Your goal | In the entries that follow, find the line containing "#66=AXIS2_PLACEMENT_3D('',#65,#16,#17);"; from there, copy every line exactly through the line containing "The same part".

Excerpted data |
>>>
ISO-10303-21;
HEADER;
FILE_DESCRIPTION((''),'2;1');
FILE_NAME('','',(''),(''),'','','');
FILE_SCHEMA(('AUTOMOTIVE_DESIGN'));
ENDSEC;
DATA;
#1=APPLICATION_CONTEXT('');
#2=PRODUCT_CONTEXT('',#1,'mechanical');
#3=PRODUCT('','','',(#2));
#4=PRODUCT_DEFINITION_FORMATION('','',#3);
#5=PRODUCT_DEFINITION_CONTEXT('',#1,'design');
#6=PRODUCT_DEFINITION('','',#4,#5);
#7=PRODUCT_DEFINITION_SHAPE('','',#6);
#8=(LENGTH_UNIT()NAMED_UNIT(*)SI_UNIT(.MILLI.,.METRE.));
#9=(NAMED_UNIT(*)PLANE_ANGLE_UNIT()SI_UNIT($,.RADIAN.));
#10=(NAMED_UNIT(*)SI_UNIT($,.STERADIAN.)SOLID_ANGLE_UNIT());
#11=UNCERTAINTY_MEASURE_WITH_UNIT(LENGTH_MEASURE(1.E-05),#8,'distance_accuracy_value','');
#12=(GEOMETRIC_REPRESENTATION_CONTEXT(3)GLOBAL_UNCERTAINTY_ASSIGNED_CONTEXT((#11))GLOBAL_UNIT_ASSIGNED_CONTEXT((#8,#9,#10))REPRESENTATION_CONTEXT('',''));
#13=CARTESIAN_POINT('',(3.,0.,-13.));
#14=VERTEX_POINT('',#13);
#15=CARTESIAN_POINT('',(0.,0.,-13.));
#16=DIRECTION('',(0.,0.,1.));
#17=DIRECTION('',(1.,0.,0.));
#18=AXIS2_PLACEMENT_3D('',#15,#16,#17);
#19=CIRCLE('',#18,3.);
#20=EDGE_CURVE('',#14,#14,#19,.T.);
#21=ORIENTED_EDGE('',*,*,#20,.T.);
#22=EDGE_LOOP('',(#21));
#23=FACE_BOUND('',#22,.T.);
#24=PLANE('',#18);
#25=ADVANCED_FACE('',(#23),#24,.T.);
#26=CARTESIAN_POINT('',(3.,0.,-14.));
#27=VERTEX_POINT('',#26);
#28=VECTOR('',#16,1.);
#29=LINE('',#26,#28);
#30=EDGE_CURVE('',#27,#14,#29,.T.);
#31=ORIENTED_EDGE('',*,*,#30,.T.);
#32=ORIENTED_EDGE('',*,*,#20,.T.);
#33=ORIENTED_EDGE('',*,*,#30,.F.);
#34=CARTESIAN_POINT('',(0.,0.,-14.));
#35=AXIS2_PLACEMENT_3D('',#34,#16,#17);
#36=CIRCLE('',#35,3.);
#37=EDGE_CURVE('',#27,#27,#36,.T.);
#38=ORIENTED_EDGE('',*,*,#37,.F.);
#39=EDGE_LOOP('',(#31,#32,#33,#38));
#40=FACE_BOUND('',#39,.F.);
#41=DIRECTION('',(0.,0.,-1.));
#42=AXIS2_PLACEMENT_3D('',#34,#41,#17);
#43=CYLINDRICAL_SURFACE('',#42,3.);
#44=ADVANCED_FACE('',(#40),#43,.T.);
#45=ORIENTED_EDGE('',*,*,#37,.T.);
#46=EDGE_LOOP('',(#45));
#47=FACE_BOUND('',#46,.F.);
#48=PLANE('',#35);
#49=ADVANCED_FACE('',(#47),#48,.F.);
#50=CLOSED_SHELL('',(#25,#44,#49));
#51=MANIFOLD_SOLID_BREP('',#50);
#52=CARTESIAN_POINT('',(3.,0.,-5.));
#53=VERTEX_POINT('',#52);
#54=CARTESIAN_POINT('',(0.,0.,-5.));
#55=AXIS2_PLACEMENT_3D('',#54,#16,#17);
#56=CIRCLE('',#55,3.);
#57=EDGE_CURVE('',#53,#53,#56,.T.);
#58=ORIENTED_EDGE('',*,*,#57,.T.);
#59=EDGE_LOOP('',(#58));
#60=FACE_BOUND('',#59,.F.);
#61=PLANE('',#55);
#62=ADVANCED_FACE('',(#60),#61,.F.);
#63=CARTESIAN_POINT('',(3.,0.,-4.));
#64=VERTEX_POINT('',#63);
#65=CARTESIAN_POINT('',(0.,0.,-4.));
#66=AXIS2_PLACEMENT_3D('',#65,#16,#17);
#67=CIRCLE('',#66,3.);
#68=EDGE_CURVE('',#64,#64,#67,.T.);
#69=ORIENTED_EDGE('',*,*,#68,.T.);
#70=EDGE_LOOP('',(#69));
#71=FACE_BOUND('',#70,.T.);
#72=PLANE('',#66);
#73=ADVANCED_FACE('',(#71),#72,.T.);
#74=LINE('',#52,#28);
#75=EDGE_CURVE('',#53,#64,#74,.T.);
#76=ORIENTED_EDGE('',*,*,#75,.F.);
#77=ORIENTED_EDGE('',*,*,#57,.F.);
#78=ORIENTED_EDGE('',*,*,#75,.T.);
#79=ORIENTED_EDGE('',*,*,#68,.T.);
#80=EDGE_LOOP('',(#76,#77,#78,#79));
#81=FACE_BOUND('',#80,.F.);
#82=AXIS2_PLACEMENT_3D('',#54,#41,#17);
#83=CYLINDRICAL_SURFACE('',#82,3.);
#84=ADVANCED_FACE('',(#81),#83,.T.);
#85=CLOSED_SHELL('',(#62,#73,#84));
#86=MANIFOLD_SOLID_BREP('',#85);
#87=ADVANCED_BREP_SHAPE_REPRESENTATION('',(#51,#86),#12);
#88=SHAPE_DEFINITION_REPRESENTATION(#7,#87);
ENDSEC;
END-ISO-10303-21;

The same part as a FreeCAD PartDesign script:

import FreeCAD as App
import Part
import Sketcher

V = App.Vector
Q = App.Units.Quantity

doc = App.newDocument("Part")
body = doc.addObject("PartDesign::Body", "Body")

# Sketch on XY plane
sketch1 = doc.addObject("Sketcher::SketchObject", "Sketch")
body.addObject(sketch1)
sketch1.AttachmentSupport = (doc.XY_Plane, [""])
sketch1.MapMode = "FlatFace"
sketch1.AttachmentOffset = App.Placement(V(0, 0, -5), App.Rotation())
sketch1.addGeometry(Part.Circle(V(0, 0, 0), V(0, 0, 1), 3), False)
sketch1.addConstraint(Sketcher.Constraint("Coincident", 0, 3, -1, 1))
sketch1.addConstraint(Sketcher.Constraint("Diameter", 0, Q("6 mm")))
pad1 = doc.addObject("PartDesign::Pad", "Pad")
body.addObject(pad1)
pad1.Profile = sketch1
pad1.Length = 1
body2 = doc.addObject("PartDesign::Body", "Body001")
body2.AllowCompound = True

# Sketch on XY plane
sketch2 = doc.addObject("Sketcher::SketchObject", "Sketch001")
body2.addObject(sketch2)
sketch2.AttachmentSupport = (doc.getObject("XY_Plane001"), [""])
sketch2.MapMode = "FlatFace"
sketch2.AttachmentOffset = App.Placement(V(0, 0, -14), App.Rotation())
sketch2.addGeometry(Part.Circle(V(0, 0, 0), V(0, 0, 1), 3), False)
sketch2.addConstraint(Sketcher.Constraint("Coincident", 0, 3, -1, 1))
sketch2.addConstraint(Sketcher.Constraint("Diameter", 0, Q("6 mm")))
pad2 = doc.addObject("PartDesign::Pad", "Pad001")
body2.addObject(pad2)
pad2.Profile = sketch2
pad2.Length = 1
doc.recompute()

boolean = doc.addObject("PartDesign::Boolean", "Boolean")
body2.addObject(boolean)
boolean.Type = "Fuse"
boolean.addObjects([body])

doc.recompute()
<<<
Result |
#66=AXIS2_PLACEMENT_3D('',#65,#16,#17);
#67=CIRCLE('',#66,3.);
#68=EDGE_CURVE('',#64,#64,#67,.T.);
#69=ORIENTED_EDGE('',*,*,#68,.T.);
#70=EDGE_LOOP('',(#69));
#71=FACE_BOUND('',#70,.T.);
#72=PLANE('',#66);
#73=ADVANCED_FACE('',(#71),#72,.T.);
#74=LINE('',#52,#28);
#75=EDGE_CURVE('',#53,#64,#74,.T.);
#76=ORIENTED_EDGE('',*,*,#75,.F.);
#77=ORIENTED_EDGE('',*,*,#57,.F.);
#78=ORIENTED_EDGE('',*,*,#75,.T.);
#79=ORIENTED_EDGE('',*,*,#68,.T.);
#80=EDGE_LOOP('',(#76,#77,#78,#79));
#81=FACE_BOUND('',#80,.F.);
#82=AXIS2_PLACEMENT_3D('',#54,#41,#17);
#83=CYLINDRICAL_SURFACE('',#82,3.);
#84=ADVANCED_FACE('',(#81),#83,.T.);
#85=CLOSED_SHELL('',(#62,#73,#84));
#86=MANIFOLD_SOLID_BREP('',#85);
#87=ADVANCED_BREP_SHAPE_REPRESENTATION('',(#51,#86),#12);
#88=SHAPE_DEFINITION_REPRESENTATION(#7,#87);
ENDSEC;
END-ISO-10303-21;

The same part as a FreeCAD PartDesign script:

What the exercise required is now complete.